Class SecurityContextPersistenceFilter

java.lang.Object

org.springframework.web.filter.GenericFilterBean

org.springframework.security.web.context.SecurityContextPersistenceFilter

All Implemented Interfaces:

jakarta.servlet.Filter, org.springframework.beans.factory.Aware, org.springframework.beans.factory.BeanNameAware, org.springframework.beans.factory.DisposableBean, org.springframework.beans.factory.InitializingBean, org.springframework.context.EnvironmentAware, org.springframework.core.env.EnvironmentCapable, org.springframework.web.context.ServletContextAware

public class SecurityContextPersistenceFilter
extends org.springframework.web.filter.GenericFilterBean

Populates the SecurityContextHolder with information obtained from the configured SecurityContextRepository prior to the request and stores it back in the repository once the request has completed and clearing the context holder. By default it uses an HttpSessionSecurityContextRepository. See this class for information HttpSession related configuration options.

This filter will only execute once per request, to resolve servlet container (specifically Weblogic) incompatibilities.

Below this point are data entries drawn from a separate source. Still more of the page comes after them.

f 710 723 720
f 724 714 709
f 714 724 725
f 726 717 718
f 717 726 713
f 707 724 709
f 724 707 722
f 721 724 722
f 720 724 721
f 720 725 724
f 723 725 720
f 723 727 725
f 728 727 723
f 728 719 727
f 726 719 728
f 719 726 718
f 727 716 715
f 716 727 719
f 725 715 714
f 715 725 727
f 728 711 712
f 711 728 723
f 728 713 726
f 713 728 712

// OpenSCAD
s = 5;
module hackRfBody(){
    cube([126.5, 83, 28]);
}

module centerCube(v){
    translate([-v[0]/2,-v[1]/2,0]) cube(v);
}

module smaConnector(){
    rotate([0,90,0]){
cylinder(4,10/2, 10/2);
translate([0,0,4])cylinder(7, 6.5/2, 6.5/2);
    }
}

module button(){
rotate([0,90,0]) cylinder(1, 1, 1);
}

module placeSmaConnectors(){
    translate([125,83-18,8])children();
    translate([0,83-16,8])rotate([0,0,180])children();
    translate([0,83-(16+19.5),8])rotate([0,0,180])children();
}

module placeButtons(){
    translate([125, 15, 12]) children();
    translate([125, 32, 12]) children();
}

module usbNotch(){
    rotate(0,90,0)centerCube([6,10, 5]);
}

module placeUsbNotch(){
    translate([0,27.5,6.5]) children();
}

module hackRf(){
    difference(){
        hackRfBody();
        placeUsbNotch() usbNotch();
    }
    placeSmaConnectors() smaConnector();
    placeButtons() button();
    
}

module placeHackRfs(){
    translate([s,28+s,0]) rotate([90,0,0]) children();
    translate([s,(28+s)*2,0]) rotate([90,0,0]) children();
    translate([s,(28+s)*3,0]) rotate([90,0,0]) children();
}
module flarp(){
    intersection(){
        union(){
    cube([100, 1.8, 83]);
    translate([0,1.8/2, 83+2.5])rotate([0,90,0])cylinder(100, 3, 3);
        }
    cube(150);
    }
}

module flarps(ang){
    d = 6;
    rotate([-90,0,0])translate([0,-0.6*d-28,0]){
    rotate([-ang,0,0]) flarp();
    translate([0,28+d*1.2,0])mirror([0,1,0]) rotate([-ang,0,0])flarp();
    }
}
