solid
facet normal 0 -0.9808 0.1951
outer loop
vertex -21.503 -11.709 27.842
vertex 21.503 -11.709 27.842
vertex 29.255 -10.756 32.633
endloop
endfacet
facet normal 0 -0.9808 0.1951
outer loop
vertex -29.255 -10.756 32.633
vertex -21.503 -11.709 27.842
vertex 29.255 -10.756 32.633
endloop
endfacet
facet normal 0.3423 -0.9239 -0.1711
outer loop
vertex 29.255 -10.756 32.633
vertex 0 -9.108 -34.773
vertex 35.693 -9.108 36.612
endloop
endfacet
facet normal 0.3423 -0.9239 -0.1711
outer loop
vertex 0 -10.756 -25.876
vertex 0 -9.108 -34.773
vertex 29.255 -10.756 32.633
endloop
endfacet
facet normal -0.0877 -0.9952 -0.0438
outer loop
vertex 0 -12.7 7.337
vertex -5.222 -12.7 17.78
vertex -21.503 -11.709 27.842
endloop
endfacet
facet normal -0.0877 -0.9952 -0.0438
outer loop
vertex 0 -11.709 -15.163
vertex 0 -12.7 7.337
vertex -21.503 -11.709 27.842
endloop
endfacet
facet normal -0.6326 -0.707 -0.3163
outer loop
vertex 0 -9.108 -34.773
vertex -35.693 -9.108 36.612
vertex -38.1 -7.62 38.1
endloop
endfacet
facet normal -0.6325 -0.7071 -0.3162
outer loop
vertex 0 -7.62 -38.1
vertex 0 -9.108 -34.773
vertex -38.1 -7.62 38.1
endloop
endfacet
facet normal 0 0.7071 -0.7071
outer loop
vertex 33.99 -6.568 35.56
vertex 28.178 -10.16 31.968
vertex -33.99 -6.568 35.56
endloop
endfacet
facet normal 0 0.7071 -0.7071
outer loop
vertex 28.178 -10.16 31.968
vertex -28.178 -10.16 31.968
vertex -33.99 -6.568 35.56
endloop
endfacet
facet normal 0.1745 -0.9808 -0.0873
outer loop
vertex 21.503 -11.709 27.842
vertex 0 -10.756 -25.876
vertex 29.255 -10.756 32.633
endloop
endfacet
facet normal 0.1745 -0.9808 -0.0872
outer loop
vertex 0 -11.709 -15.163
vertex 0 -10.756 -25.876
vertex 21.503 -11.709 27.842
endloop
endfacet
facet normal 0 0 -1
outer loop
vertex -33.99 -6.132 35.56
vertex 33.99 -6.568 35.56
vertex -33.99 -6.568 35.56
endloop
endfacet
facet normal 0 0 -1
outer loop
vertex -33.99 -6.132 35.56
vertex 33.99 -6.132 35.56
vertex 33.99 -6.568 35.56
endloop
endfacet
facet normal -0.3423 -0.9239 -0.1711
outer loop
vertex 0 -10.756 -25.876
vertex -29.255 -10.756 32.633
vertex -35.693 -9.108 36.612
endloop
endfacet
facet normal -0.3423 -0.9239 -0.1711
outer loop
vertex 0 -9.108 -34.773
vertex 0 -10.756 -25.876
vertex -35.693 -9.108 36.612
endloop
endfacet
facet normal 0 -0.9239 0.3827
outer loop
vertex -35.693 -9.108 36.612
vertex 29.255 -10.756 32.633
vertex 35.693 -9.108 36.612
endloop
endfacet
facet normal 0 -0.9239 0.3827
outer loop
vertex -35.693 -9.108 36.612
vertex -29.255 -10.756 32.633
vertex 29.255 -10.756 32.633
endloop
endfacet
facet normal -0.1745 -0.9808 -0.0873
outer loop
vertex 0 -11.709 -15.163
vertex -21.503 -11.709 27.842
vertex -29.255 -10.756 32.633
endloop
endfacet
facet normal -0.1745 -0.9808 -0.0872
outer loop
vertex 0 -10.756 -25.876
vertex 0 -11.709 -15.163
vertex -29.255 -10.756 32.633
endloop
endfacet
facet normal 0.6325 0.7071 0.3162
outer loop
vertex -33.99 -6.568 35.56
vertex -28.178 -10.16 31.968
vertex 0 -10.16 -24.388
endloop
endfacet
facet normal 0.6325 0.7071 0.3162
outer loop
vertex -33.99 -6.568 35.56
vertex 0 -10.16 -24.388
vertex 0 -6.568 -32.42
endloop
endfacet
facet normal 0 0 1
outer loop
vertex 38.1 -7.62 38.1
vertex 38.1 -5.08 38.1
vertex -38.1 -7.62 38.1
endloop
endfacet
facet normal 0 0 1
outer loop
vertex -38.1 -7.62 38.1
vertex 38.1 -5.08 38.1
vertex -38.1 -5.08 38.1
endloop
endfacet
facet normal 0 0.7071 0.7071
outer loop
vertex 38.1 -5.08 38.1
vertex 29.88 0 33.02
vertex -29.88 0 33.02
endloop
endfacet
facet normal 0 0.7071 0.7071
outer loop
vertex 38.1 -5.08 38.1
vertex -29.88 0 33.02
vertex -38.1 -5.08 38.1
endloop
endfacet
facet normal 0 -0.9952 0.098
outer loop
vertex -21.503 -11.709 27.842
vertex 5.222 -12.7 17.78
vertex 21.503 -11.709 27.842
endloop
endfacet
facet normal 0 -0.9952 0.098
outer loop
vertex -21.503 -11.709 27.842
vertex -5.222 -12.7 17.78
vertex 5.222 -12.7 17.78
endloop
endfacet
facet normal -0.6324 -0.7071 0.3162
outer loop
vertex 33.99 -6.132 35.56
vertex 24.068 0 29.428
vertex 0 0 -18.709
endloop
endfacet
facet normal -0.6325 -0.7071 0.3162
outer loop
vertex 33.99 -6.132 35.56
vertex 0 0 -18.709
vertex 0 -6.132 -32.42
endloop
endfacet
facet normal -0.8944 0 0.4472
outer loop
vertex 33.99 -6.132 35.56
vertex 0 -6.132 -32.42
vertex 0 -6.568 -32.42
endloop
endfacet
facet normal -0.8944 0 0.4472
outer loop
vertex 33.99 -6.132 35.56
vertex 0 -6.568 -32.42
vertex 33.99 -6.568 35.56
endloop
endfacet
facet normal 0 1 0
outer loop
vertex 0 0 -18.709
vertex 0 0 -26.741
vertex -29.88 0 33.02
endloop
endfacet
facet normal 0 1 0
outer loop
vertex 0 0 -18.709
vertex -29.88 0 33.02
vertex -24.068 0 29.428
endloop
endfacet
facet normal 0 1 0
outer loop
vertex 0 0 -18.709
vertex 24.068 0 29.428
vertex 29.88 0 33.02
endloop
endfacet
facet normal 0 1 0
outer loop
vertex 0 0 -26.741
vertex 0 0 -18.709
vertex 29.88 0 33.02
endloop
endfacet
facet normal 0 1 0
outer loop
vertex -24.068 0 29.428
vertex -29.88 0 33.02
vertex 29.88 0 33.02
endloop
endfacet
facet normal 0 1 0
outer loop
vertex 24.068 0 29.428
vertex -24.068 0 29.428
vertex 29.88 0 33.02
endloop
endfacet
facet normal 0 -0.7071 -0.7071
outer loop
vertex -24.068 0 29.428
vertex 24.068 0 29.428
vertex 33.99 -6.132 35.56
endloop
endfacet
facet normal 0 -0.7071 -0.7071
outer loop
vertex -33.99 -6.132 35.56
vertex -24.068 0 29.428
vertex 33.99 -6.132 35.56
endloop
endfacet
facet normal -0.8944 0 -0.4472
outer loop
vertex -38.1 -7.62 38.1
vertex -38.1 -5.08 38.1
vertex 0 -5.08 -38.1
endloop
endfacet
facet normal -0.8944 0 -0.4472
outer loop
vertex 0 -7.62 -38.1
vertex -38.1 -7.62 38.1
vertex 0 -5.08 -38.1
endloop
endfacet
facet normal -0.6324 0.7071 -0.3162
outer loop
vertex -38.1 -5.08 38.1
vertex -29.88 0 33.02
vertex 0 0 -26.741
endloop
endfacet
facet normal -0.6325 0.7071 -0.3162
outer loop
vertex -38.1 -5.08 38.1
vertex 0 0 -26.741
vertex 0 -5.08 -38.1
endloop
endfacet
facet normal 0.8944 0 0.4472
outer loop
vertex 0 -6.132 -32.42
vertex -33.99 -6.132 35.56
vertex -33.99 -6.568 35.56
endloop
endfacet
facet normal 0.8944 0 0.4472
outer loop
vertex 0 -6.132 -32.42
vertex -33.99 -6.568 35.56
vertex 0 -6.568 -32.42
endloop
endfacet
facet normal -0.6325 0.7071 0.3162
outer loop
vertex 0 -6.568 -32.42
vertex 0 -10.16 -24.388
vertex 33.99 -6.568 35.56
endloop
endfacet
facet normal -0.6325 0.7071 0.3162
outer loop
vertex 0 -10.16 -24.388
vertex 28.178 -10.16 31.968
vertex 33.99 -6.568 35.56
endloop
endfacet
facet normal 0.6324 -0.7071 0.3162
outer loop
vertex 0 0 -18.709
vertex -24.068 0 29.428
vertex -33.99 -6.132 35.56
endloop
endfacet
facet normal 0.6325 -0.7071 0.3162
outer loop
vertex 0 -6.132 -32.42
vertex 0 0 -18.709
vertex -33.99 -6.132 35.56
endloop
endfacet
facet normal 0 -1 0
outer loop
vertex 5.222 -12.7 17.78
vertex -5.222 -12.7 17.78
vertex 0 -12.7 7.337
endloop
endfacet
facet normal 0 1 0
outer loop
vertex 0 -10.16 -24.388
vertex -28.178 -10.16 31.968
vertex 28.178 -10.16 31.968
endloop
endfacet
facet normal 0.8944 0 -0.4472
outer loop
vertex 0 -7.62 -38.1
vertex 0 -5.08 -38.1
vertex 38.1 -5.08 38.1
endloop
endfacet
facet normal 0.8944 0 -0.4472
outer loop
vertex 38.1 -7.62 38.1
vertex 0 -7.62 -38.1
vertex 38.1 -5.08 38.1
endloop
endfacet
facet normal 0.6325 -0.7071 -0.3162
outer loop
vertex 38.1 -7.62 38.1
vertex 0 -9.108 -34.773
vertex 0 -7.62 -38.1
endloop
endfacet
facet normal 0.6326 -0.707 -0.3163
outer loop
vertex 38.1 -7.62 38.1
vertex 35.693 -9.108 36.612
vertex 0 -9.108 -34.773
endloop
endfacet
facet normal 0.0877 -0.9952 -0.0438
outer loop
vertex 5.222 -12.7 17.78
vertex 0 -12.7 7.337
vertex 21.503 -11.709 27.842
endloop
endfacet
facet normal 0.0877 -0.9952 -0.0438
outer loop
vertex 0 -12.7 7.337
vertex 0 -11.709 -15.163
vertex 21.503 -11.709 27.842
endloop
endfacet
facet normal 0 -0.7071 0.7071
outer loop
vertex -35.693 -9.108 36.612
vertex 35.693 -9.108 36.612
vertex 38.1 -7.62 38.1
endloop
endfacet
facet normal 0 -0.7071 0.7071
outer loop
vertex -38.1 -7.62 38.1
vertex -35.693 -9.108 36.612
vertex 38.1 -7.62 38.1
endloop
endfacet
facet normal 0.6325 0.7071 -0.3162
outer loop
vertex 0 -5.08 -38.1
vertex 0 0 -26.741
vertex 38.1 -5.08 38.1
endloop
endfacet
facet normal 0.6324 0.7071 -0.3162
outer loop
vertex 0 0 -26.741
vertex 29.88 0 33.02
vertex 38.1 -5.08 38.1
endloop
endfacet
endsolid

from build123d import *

# Parameters (mm, degrees)
F1_DEPTH = 12.7
F2_SIZE  = 5.08
F3_T     = -2.54
F4_SIZE  = 5.08
F5_SIZE  = 5.08
F6_SIZE  = 5.08


# Not quite as in the source:
# - a feature of the source that left no trace in its solid (it failed there, or was rolled back) is left out


with BuildPart() as f1:
    # F0 (on Front) → F1 (new body)
    with BuildSketch(Plane.XZ):
        Polygon((0, 0), (-38.1, 38.1), (0, -38.1), align=None)
        Polygon((38.1, 38.1), (-38.1, 38.1), (0, 0), align=None)
        Polygon((0, 0), (0, -38.1), (38.1, 38.1), align=None)
    extrude(amount=F1_DEPTH)

    # F2
    f2_edges = [f1.edges().sort_by_distance(p)[0] for p in [
        (0, -12.7, 38.1),
        (-19.05, -12.7, 0),
        (19.05, -12.7, 0),
        (-19.05, 0, 0),
        (0, 0, 38.1),
        (19.05, 0, 0),
    ]]
    chamfer(f2_edges, length=F2_SIZE)

    # F3
    f3_openings = [f1.faces().sort_by_distance(p)[0] for p in [
        (0, 0, 13.099742),
    ]]
    offset(amount=F3_T, openings=f3_openings, kind=Kind.INTERSECTION)

    # F4
    f4_edges = [f1.edges().sort_by_distance(p)[0] for p in [
        (0, -12.7, 33.02),
        (14.940194, -12.7, 3.139613),
        (-14.940194, -12.7, 3.139613),
    ]]
    chamfer(f4_edges, length=F4_SIZE)

    # F5
    f5_edges = [f1.edges().sort_by_distance(p)[0] for p in [
        (0, -12.7, 27.94),
        (10.830387, -12.7, 6.279225),
        (-10.830387, -12.7, 6.279225),
    ]]
    chamfer(f5_edges, length=F5_SIZE)

    # F6
    f6_edges = [f1.edges().sort_by_distance(p)[0] for p in [
        (0, -12.7, 22.86),
        (6.720581, -12.7, 9.418838),
        (-6.720581, -12.7, 9.418838),
    ]]
    chamfer(f6_edges, length=F6_SIZE)


solid = f1.part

This filter MUST be executed BEFORE any authentication processing mechanisms. Authentication processing mechanisms (e.g. BASIC, CAS processing filters etc) expect the SecurityContextHolder to contain a valid SecurityContext by the time they execute.

This is essentially a refactoring of the old HttpSessionContextIntegrationFilter to delegate the storage issues to a separate strategy, allowing for more customization in the way the security context is maintained between requests.

The forceEagerSessionCreation property can be used to ensure that a session is always available before the filter chain executes (the default is false, as this is resource intensive and not recommended).

Since:

3.0

Field Summary

Fields inherited from class org.springframework.web.filter.GenericFilterBean

logger

Constructor Summary

Constructors

Constructor	Description
SecurityContextPersistenceFilter()
SecurityContextPersistenceFilter(SecurityContextRepository repo)

Method Summary

Modifier and Type	Method	Description
void	doFilter(jakarta.servlet.ServletRequest request, jakarta.servlet.ServletResponse response, jakarta.servlet.FilterChain chain)
void	setForceEagerSessionCreation(boolean forceEagerSessionCreation)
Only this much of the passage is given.